ENTRIES PROVIDED:
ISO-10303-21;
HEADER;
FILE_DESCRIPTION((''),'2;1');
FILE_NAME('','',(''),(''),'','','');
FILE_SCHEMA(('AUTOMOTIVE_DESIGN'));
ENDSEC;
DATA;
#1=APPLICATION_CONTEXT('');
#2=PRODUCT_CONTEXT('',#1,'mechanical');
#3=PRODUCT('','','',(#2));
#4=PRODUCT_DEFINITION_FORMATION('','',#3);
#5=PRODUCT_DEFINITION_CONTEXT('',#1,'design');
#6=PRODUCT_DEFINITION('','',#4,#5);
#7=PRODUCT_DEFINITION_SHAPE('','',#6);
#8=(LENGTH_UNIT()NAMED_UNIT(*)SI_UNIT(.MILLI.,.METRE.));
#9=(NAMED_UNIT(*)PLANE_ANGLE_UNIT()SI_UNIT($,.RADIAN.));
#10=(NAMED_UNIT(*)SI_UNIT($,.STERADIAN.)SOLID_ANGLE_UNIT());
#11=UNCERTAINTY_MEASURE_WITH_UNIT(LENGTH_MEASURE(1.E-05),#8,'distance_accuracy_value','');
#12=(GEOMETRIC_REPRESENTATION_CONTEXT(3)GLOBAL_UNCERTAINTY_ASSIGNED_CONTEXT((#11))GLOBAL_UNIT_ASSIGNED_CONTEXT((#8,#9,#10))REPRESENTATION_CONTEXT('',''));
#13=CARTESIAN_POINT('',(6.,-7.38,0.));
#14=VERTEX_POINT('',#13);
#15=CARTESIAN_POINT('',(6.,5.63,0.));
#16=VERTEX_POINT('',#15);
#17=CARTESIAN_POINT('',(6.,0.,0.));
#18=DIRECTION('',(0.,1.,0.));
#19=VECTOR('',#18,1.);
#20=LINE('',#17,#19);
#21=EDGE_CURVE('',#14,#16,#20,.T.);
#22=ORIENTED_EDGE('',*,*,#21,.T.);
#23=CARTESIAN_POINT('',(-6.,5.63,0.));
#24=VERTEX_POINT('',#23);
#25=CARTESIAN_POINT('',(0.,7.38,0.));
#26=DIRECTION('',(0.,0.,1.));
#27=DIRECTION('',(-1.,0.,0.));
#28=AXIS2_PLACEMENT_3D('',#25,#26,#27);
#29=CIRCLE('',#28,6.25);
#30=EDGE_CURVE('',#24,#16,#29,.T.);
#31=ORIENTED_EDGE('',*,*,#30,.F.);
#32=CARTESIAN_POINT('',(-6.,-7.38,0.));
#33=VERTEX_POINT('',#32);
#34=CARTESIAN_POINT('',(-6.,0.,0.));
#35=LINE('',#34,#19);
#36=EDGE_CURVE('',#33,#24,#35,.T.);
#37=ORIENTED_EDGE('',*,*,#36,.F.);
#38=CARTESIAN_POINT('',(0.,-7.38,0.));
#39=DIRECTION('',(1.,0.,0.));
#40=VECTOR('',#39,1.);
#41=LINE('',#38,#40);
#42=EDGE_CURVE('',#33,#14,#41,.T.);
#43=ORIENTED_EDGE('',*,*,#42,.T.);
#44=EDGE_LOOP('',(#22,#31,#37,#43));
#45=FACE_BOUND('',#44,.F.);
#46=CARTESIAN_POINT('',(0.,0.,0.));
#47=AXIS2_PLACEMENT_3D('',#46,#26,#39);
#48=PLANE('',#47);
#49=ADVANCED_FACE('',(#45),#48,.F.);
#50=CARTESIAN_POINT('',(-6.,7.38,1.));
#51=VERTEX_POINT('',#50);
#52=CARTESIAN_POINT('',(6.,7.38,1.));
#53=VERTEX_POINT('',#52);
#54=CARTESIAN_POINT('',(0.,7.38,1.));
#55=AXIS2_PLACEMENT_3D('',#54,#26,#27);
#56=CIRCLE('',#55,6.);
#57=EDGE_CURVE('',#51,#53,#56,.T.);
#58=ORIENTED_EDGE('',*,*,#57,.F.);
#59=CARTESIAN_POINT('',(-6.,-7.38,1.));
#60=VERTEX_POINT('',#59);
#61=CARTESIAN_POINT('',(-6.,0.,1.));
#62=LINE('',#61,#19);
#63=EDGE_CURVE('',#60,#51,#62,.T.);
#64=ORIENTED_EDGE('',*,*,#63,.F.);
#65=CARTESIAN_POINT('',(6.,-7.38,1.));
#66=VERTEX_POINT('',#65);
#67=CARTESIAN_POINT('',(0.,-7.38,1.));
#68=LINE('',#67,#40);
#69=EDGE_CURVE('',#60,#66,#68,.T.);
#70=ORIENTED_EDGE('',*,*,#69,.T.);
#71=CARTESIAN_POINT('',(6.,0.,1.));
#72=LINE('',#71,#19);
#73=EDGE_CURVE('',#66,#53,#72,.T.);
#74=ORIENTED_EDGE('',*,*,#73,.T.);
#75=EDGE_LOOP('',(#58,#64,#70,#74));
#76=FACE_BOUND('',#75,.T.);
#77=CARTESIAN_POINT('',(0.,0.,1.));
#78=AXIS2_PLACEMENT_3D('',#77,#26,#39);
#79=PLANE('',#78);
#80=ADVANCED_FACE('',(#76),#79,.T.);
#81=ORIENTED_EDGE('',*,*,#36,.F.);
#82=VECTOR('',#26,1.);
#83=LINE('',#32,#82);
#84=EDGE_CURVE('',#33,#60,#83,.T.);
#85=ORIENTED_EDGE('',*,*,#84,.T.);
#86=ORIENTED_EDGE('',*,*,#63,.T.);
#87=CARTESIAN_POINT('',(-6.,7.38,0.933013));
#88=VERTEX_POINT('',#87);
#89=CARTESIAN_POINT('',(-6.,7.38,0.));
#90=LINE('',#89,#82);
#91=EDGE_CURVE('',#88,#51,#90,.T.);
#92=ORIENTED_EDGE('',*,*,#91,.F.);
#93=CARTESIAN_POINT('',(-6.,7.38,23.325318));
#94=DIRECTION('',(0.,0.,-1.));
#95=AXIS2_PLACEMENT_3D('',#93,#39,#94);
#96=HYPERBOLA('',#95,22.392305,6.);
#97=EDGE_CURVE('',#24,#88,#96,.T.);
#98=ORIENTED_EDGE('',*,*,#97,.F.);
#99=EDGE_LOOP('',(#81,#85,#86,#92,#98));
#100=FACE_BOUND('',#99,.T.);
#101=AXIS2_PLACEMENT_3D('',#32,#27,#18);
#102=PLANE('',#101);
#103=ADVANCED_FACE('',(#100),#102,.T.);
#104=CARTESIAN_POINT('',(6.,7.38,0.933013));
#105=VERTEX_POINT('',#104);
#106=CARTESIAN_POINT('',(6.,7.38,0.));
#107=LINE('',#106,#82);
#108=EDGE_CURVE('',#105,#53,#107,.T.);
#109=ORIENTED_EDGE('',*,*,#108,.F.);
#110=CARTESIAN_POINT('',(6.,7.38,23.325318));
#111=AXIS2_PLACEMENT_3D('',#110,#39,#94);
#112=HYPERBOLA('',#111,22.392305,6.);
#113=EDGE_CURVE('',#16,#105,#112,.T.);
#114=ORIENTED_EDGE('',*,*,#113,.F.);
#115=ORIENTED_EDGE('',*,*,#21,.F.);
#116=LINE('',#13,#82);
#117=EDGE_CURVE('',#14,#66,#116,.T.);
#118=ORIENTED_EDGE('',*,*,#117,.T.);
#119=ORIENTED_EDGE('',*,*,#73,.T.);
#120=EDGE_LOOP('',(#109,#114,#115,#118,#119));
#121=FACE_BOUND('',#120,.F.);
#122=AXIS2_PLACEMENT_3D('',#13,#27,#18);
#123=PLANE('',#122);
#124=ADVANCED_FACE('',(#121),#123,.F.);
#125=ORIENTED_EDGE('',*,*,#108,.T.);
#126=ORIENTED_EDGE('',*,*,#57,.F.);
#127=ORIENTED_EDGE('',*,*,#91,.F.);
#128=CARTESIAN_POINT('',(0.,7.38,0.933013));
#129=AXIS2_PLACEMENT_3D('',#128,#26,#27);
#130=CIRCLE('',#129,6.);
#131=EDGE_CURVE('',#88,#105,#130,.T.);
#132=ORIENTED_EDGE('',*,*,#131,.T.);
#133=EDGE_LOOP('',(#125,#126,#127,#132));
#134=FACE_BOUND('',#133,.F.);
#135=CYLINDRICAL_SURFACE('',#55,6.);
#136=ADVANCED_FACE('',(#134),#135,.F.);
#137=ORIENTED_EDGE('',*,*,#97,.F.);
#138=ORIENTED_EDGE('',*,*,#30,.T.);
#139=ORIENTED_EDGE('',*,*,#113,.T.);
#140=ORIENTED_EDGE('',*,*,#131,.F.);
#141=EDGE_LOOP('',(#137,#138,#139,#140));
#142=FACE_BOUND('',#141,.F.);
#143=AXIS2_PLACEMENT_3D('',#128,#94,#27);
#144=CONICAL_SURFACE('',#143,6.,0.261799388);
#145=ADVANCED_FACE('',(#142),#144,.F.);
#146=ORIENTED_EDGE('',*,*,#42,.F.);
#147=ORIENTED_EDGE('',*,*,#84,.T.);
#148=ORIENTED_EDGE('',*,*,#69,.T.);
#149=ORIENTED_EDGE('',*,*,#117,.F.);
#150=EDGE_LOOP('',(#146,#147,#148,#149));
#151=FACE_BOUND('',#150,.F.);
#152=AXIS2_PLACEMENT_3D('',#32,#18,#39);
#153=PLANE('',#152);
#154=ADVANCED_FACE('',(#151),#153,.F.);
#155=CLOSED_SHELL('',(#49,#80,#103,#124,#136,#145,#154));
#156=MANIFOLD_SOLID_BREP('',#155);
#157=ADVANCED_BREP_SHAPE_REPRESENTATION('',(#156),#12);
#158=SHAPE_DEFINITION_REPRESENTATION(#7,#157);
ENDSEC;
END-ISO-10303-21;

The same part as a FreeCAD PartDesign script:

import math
import FreeCAD as App
import Part
import Sketcher
from FreeCAD import Vector


def edges_at(feature, points):
    """Names of the edges that pass closest to the given points."""
    edges = feature.Shape.Edges
    near = lambda p: min(range(len(edges)), key=lambda i: edges[i].distToShape(Part.Vertex(*p))[0])
    return sorted({f"Edge{near(p) + 1}" for p in points})


def add_polygon(sketch, points):
    """Adds a closed chain of lines whose ends are joined by coincident constraints."""
    first, n = sketch.GeometryCount, len(points)
    for a, b in zip(points, points[1:] + points[:1]):
        sketch.addGeometry(Part.LineSegment(App.Vector(*a, 0), App.Vector(*b, 0)), False)
    for i in range(n):
        sketch.addConstraint(Sketcher.Constraint("Coincident", first + i, 2, first + (i + 1) % n, 1))

doc = App.newDocument("Part")
body = doc.addObject("PartDesign::Body", "Body")

# Sketch on XY plane
sketch1 = doc.addObject("Sketcher::SketchObject", "Sketch")
body.addObject(sketch1)
sketch1.AttachmentSupport = (doc.XY_Plane, [""])
sketch1.MapMode = "FlatFace"
add_polygon(sketch1, [(-6, 7), (-6, -7), (6, -7), (6, 7)])  # lines 0-3
sketch1.addConstraint([
    Sketcher.Constraint("Vertical", 0),
    Sketcher.Constraint("Horizontal", 1),
    Sketcher.Constraint("Vertical", 2),
    Sketcher.Constraint("Horizontal", 3),
    Sketcher.Constraint("Symmetric", 0, 2, 2, 2, -1, 1),
    Sketcher.Constraint("DistanceX", 1, 1, 1, 2, 12.0),
    Sketcher.Constraint("DistanceY", 0, 2, 0, 1, 14.76),
])
pad1 = doc.addObject("PartDesign::Pad", "Pad")
body.addObject(pad1)
pad1.Profile = sketch1
pad1.Length = 1

# Sketch on XY plane
sketch2 = doc.addObject("Sketcher::SketchObject", "Sketch001")
body.addObject(sketch2)
sketch2.AttachmentSupport = (doc.XY_Plane, [""])
sketch2.MapMode = "FlatFace"
sketch2.AttachmentOffset = App.Placement(Vector(0, 0, 1), App.Rotation())
sketch2.addGeometry([
    Part.ArcOfCircle(Part.Circle(Vector(0, 7, 0), Vector(0, 0, 1), 6), math.radians(180), math.radians(360)),
    Part.LineSegment(Vector(6, 7, 0), Vector(-6, 7, 0)),
], False)
sketch2.addConstraint([
    Sketcher.Constraint("Coincident", 0, 1, 1, 2),
    Sketcher.Constraint("Coincident", 1, 1, 0, 2),
    Sketcher.Constraint("Horizontal", 1),
    Sketcher.Constraint("PointOnObject", 0, 3, -2),
    Sketcher.Constraint("Radius", 0, 6.0),
    Sketcher.Constraint("DistanceY", -1, 1, 0, 3, 7.38),
    Sketcher.Constraint("DistanceY", -1, 1, 0, 1, 7.38),
])
pocket1 = doc.addObject("PartDesign::Pocket", "Pocket")
body.addObject(pocket1)
pocket1.Profile = sketch2
pocket1.Type = "ThroughAll"
pocket1.Midplane = True
doc.recompute()

chamfer = doc.addObject("PartDesign::Chamfer", "Chamfer")
body.addObject(chamfer)
chamfer.Base = (pocket1, edges_at(pocket1, [(0, 1.38, 0)]))
chamfer.ChamferType = "Two distances"
chamfer.Size = 0.25
chamfer.Size2 = 0.933013
chamfer.FlipDirection = True

doc.recompute()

EXERCISE DIRECTIONS: Return only the part of the records above that opens with the line containing "#146=ORIENTED_EDGE('',*,*,#42,.F.);" and closes with the line containing "The same part", ends included.

RESPONSE TO THE TASK:
#146=ORIENTED_EDGE('',*,*,#42,.F.);
#147=ORIENTED_EDGE('',*,*,#84,.T.);
#148=ORIENTED_EDGE('',*,*,#69,.T.);
#149=ORIENTED_EDGE('',*,*,#117,.F.);
#150=EDGE_LOOP('',(#146,#147,#148,#149));
#151=FACE_BOUND('',#150,.F.);
#152=AXIS2_PLACEMENT_3D('',#32,#18,#39);
#153=PLANE('',#152);
#154=ADVANCED_FACE('',(#151),#153,.F.);
#155=CLOSED_SHELL('',(#49,#80,#103,#124,#136,#145,#154));
#156=MANIFOLD_SOLID_BREP('',#155);
#157=ADVANCED_BREP_SHAPE_REPRESENTATION('',(#156),#12);
#158=SHAPE_DEFINITION_REPRESENTATION(#7,#157);
ENDSEC;
END-ISO-10303-21;

The same part as a FreeCAD PartDesign script:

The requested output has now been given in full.